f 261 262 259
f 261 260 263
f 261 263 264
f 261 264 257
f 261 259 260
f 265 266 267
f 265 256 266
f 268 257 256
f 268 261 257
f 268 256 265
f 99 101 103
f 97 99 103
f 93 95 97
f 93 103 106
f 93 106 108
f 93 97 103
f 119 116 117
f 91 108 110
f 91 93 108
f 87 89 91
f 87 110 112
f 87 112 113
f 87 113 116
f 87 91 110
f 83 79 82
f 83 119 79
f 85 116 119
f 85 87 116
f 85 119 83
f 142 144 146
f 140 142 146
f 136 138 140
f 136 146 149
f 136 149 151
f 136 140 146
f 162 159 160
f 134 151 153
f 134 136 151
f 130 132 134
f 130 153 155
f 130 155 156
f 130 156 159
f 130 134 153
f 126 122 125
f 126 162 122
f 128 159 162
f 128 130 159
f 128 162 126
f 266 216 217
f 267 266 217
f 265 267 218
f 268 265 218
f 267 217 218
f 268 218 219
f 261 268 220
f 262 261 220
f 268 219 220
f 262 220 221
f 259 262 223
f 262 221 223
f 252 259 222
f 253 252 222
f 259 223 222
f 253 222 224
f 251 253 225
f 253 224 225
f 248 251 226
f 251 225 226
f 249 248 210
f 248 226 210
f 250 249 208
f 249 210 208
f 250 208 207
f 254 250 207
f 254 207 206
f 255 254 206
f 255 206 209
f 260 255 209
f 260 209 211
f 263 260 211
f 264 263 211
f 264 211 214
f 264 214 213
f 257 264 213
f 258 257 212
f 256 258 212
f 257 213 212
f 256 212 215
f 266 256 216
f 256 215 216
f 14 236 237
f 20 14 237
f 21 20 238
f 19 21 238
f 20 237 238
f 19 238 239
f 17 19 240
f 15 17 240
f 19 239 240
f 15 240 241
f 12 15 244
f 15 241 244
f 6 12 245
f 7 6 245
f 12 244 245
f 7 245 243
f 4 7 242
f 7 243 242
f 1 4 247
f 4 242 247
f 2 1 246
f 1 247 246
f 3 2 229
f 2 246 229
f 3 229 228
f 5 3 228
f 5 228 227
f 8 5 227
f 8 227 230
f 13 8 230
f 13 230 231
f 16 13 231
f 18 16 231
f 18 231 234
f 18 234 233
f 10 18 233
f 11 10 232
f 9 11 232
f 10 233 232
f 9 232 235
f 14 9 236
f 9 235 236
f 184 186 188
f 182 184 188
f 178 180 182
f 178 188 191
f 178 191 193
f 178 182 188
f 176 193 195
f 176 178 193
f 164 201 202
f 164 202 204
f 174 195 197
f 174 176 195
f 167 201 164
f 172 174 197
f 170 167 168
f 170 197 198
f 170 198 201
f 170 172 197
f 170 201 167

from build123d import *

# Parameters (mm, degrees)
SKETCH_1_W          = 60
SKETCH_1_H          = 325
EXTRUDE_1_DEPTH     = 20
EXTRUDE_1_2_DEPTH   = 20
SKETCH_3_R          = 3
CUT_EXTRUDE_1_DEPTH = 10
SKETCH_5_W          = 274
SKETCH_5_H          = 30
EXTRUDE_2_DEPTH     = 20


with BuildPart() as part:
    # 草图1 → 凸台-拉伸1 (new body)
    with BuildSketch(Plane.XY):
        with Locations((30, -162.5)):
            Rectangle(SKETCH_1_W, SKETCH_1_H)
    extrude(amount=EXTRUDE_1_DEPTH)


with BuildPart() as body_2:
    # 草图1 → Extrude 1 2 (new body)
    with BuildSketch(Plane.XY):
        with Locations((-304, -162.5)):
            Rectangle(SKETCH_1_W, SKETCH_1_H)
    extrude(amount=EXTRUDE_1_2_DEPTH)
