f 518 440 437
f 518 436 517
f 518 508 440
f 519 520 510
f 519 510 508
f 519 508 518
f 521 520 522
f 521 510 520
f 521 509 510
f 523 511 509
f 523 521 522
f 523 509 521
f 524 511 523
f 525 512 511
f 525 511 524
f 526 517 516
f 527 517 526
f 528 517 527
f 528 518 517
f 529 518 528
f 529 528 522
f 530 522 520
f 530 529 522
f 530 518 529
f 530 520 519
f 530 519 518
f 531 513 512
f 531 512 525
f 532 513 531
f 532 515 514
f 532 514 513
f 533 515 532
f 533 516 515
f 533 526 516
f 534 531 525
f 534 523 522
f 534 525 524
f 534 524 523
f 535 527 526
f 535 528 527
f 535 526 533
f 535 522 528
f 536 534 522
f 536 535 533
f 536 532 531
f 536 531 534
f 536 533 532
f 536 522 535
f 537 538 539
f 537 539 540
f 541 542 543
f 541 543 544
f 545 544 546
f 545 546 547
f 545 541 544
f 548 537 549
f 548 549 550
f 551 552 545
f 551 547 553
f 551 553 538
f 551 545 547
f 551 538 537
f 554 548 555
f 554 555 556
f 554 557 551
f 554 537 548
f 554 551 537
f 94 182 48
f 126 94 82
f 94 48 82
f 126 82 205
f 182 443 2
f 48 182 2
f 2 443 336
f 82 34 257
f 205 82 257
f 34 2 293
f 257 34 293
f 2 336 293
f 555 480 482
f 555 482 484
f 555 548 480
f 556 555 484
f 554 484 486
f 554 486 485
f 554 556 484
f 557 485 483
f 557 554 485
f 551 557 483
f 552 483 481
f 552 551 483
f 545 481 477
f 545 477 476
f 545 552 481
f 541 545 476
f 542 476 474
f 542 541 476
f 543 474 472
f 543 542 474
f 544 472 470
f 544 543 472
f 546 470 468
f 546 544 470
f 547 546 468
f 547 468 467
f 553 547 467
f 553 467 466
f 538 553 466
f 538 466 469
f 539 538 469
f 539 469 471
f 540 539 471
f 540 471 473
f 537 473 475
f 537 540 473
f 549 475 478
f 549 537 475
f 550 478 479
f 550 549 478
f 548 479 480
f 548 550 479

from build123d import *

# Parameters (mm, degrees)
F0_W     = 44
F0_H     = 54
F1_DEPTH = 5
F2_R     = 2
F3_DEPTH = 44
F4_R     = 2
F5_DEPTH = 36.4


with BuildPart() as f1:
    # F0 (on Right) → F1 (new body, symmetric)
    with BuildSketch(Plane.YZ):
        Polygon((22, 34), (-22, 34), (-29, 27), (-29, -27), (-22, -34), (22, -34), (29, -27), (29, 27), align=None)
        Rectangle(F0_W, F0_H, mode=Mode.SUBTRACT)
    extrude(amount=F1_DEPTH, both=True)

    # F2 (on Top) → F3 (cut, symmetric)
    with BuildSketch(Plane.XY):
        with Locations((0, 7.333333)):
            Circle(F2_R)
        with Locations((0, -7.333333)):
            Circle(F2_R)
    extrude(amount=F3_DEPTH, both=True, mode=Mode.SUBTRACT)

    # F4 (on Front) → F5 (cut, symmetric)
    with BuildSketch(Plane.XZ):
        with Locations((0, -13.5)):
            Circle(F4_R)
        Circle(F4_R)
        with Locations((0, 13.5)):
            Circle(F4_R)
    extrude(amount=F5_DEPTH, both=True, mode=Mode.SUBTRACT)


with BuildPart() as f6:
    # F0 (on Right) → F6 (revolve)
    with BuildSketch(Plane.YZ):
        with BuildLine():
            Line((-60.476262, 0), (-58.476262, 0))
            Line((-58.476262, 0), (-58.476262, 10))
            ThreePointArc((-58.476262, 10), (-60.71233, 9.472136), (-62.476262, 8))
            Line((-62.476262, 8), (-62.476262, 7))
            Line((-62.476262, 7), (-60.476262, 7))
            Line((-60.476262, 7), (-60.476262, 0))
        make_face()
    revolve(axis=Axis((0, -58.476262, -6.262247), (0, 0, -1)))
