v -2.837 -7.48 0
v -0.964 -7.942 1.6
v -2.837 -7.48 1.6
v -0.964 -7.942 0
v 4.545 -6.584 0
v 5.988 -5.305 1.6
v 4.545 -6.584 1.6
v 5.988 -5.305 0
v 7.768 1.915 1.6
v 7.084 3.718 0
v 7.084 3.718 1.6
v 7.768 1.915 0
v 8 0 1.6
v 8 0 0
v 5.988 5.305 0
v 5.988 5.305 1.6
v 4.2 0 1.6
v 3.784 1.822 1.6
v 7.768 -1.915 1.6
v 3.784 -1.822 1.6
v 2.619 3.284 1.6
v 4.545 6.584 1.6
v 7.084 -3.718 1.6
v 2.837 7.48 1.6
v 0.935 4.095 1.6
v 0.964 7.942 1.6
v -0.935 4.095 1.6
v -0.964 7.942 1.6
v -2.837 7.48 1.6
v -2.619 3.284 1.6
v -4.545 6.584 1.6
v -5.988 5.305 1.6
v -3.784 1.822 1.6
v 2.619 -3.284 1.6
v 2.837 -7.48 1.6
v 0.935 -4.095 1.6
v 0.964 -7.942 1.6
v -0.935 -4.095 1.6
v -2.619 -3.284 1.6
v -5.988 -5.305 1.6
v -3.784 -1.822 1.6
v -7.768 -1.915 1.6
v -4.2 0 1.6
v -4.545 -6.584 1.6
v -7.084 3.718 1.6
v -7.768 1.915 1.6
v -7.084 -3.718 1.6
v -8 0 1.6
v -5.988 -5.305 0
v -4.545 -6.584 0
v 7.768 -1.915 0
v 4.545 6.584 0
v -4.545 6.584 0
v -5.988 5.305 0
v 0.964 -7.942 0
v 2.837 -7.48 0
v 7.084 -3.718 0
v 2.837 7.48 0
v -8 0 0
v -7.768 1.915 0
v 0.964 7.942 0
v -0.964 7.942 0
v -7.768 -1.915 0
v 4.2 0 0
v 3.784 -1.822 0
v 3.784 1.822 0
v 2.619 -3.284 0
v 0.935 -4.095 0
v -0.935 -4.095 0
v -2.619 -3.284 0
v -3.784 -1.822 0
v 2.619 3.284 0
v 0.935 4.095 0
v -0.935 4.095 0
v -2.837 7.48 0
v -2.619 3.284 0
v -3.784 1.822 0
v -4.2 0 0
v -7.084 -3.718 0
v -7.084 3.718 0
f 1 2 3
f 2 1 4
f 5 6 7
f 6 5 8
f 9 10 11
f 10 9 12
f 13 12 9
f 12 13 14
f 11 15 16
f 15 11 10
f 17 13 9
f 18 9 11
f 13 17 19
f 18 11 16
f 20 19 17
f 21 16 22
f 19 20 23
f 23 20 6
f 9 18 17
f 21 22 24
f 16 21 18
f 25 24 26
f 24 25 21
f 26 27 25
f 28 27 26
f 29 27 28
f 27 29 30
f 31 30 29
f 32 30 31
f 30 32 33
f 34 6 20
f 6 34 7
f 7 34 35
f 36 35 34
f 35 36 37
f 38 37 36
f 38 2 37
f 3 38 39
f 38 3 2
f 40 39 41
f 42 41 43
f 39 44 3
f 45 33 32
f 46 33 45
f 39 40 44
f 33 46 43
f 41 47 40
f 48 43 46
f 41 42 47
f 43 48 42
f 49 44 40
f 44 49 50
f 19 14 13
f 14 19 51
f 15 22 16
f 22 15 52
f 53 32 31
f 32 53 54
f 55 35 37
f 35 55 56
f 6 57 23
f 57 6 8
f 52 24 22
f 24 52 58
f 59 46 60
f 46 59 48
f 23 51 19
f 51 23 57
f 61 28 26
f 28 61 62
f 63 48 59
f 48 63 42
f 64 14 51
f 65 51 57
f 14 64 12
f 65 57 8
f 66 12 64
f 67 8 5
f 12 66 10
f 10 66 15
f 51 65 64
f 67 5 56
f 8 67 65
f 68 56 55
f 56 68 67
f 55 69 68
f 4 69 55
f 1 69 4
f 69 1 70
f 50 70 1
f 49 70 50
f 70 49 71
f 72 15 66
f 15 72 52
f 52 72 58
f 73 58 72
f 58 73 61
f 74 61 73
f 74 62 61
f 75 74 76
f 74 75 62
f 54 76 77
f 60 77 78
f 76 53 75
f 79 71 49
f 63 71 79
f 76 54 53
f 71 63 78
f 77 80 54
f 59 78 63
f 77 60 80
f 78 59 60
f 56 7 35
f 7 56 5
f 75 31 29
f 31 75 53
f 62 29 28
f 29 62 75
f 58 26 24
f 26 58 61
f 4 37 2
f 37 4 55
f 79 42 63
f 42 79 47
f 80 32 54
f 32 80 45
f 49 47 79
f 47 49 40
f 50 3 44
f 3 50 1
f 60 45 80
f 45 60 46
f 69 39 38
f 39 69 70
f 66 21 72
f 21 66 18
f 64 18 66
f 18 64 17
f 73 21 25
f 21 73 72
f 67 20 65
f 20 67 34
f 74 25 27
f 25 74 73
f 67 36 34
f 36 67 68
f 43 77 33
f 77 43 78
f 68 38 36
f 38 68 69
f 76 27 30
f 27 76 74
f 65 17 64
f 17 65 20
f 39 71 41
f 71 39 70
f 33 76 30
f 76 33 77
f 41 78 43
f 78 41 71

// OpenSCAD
// Parameters
outer_diameter_mm = 16; //[8:32:0.1]
inner_diameter_mm = 8.4; //[4.2:16.8:0.05]
thickness_mm = 1.6; //[0.8:3.2:0.05]
centered = 1; //[0:1:1]
eps_mm = 0.2; //[0.05:0.5:0.05]

// Washer geometry
module washer_body() {
  difference() {
    // Outer cylinder
    cylinder(r=outer_diameter_mm/2, h=thickness_mm, center=centered);
    // Inner hole
    cylinder(r=inner_diameter_mm/2, h=thickness_mm + 2*eps_mm, center=centered);
  }
}

// Render the washer
washer_body();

_ _ _ _ _

**ACTION ITEM**
Now copy each line of the entries that mentions "BuildPart".

**YOUR RESPONSE**
with BuildPart() as part:
with BuildPart() as body_2:
with BuildPart() as f1:
with BuildPart() as f6:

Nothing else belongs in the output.